_Collected data_.
+===+

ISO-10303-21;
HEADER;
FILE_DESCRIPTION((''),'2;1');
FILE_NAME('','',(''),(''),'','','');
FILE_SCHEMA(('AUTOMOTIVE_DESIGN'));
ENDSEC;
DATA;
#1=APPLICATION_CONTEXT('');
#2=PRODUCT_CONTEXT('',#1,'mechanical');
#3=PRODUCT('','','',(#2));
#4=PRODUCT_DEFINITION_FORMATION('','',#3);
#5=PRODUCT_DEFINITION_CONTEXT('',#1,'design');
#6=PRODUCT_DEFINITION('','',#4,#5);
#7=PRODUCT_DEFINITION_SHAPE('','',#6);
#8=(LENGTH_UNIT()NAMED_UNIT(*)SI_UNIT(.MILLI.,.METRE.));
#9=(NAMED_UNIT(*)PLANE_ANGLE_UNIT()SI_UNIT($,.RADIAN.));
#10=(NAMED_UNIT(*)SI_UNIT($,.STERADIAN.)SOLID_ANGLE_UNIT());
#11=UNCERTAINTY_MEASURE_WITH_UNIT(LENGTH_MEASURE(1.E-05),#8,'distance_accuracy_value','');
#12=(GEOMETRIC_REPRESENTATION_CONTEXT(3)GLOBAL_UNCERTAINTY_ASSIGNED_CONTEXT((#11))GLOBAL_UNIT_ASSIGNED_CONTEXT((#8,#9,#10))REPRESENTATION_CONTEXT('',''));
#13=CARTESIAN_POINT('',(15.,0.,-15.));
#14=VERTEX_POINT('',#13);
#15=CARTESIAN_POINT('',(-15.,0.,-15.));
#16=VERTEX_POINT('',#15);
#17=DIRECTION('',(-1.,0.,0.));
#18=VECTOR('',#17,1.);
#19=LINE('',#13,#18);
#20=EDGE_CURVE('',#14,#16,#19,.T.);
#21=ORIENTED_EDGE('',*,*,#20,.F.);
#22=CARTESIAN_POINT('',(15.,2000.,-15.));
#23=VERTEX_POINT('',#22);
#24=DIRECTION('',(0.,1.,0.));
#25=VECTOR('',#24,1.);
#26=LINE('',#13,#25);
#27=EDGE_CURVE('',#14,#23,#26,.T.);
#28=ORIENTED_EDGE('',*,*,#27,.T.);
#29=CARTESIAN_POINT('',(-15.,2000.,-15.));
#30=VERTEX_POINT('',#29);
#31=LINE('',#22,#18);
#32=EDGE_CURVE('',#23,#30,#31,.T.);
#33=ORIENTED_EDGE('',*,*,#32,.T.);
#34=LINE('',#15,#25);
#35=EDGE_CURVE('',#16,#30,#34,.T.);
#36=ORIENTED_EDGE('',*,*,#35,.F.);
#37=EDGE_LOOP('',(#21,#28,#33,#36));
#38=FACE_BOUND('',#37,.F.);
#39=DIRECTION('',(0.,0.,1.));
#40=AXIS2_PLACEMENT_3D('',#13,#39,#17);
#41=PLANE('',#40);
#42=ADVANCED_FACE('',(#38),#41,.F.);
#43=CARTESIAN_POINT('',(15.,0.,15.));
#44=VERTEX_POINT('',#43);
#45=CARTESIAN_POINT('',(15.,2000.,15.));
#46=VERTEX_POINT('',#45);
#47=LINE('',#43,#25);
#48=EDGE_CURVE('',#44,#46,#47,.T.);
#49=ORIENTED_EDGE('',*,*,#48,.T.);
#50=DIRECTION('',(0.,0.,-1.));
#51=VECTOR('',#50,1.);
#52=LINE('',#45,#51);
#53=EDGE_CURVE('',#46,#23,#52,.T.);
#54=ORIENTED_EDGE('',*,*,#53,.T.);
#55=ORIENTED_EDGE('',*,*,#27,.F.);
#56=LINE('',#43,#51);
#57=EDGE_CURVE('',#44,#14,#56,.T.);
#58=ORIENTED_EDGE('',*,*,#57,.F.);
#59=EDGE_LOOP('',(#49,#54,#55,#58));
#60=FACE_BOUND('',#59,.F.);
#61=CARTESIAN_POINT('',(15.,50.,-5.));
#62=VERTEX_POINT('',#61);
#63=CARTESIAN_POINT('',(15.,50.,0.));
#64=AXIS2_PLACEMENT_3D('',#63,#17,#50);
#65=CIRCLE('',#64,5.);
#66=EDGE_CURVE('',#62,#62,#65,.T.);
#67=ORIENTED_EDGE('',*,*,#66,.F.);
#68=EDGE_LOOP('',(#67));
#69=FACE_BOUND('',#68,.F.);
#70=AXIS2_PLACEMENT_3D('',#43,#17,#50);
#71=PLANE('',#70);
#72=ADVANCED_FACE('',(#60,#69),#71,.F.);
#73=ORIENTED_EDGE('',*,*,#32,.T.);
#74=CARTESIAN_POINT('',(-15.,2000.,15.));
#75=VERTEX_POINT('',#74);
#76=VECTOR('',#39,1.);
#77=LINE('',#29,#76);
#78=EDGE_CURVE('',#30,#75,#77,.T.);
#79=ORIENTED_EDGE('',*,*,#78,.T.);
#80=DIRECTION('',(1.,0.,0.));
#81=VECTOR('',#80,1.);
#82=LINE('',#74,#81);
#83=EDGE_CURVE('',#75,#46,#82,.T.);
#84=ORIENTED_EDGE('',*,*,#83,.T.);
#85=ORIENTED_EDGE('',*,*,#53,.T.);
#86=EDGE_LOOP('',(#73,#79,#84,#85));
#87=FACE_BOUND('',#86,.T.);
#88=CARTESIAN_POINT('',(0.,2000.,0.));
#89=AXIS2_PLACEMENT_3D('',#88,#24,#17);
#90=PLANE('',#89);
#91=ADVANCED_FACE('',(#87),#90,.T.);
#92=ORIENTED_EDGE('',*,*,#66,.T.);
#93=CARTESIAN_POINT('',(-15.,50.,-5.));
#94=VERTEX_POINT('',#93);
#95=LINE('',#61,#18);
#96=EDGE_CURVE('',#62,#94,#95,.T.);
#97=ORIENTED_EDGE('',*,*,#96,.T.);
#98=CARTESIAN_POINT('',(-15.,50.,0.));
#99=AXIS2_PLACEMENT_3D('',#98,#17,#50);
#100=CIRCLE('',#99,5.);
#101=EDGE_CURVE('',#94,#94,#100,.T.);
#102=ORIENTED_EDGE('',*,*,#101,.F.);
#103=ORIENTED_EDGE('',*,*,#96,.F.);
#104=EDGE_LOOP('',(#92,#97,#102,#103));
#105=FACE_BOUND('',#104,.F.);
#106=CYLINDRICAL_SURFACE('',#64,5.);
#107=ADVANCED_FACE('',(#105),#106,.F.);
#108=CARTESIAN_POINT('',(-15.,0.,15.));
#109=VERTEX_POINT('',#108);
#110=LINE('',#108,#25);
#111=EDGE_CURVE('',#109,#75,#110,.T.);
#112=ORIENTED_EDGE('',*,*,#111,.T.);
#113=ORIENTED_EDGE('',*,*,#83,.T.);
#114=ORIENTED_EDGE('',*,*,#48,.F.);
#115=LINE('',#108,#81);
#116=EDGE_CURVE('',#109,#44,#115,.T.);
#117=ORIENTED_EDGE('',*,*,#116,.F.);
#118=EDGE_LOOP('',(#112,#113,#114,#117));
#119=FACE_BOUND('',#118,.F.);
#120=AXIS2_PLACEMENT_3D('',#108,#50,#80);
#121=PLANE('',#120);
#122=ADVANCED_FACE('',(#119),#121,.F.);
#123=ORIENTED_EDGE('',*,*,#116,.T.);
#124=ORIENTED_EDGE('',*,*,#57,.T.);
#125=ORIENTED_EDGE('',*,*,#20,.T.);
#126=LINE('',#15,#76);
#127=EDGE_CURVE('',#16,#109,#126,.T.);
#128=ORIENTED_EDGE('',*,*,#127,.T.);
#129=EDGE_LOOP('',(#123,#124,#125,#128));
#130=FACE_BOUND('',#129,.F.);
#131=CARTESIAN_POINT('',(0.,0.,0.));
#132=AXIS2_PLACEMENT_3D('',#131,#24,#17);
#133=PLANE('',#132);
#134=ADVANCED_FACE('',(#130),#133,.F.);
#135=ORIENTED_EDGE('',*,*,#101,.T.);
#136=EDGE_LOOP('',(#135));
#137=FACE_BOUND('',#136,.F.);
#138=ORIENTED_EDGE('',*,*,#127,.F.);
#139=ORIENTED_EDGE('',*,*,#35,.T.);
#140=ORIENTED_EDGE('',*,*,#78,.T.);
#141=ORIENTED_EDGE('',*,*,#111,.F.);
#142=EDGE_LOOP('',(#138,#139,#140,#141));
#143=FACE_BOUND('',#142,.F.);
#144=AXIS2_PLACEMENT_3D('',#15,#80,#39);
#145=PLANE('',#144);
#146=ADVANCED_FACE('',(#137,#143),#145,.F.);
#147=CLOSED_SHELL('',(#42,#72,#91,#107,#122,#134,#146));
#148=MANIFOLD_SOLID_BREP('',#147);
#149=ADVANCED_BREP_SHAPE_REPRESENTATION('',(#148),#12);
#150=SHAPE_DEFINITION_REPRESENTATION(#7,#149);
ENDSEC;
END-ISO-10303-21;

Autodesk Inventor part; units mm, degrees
ref_plane "YZ Plane" through (0, 0, 0) normal (1, 0, 0) x (0, 1, 0)
ref_plane "XZ Plane" through (0, 0, 0) normal (0, 1, 0) x (-1, 0, 0)
ref_plane "XY Plane" through (0, 0, 0) normal (0, 0, 1) x (1, 0, 0)
sketch "Skizze1" plane through (0, 0, 0) normal (0, 1, 0) x (-1, 0, 0)
  line L0 (15, 15) -> (-15, 15)
  line L1 (-15, 15) -> (-15, -15)
  line L2 (-15, -15) -> (15, -15)
  line L3 (15, -15) -> (15, 15)
  line L4 (0, 0) -> (15, 0) construction
  line L5 (0, 0) -> (0, -15) construction
  dimension "d0" = 30
  dimension "d1" = 30
extrude "Extrusion1" add sketch "Skizze1" along normal blind 2000
sketch "Skizze2" plane through (15, 0, -15) normal (1, 0, 0) x (0, 0, -1)
  line L0 (-30, 0) -> (0, 0) projected
  line L1 (-15, 0) -> (-15, 50) construction
  dimension "d4" = 50
hole "Bohrung3" at (15, 50, 0) direction (-1, 0, 0) diameter 10 end through all
properties part number "Standbein_mitte"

+===+

_What you are asked to do_. Above are the entries. Quote exactly the lines from the one bearing "#49=ORIENTED_EDGE('',*,*,#48,.T.);" through the one bearing "#63=CARTESIAN_POINT('',(15.,50.,0.));".

_Finished task_.
#49=ORIENTED_EDGE('',*,*,#48,.T.);
#50=DIRECTION('',(0.,0.,-1.));
#51=VECTOR('',#50,1.);
#52=LINE('',#45,#51);
#53=EDGE_CURVE('',#46,#23,#52,.T.);
#54=ORIENTED_EDGE('',*,*,#53,.T.);
#55=ORIENTED_EDGE('',*,*,#27,.F.);
#56=LINE('',#43,#51);
#57=EDGE_CURVE('',#44,#14,#56,.T.);
#58=ORIENTED_EDGE('',*,*,#57,.F.);
#59=EDGE_LOOP('',(#49,#54,#55,#58));
#60=FACE_BOUND('',#59,.F.);
#61=CARTESIAN_POINT('',(15.,50.,-5.));
#62=VERTEX_POINT('',#61);
#63=CARTESIAN_POINT('',(15.,50.,0.));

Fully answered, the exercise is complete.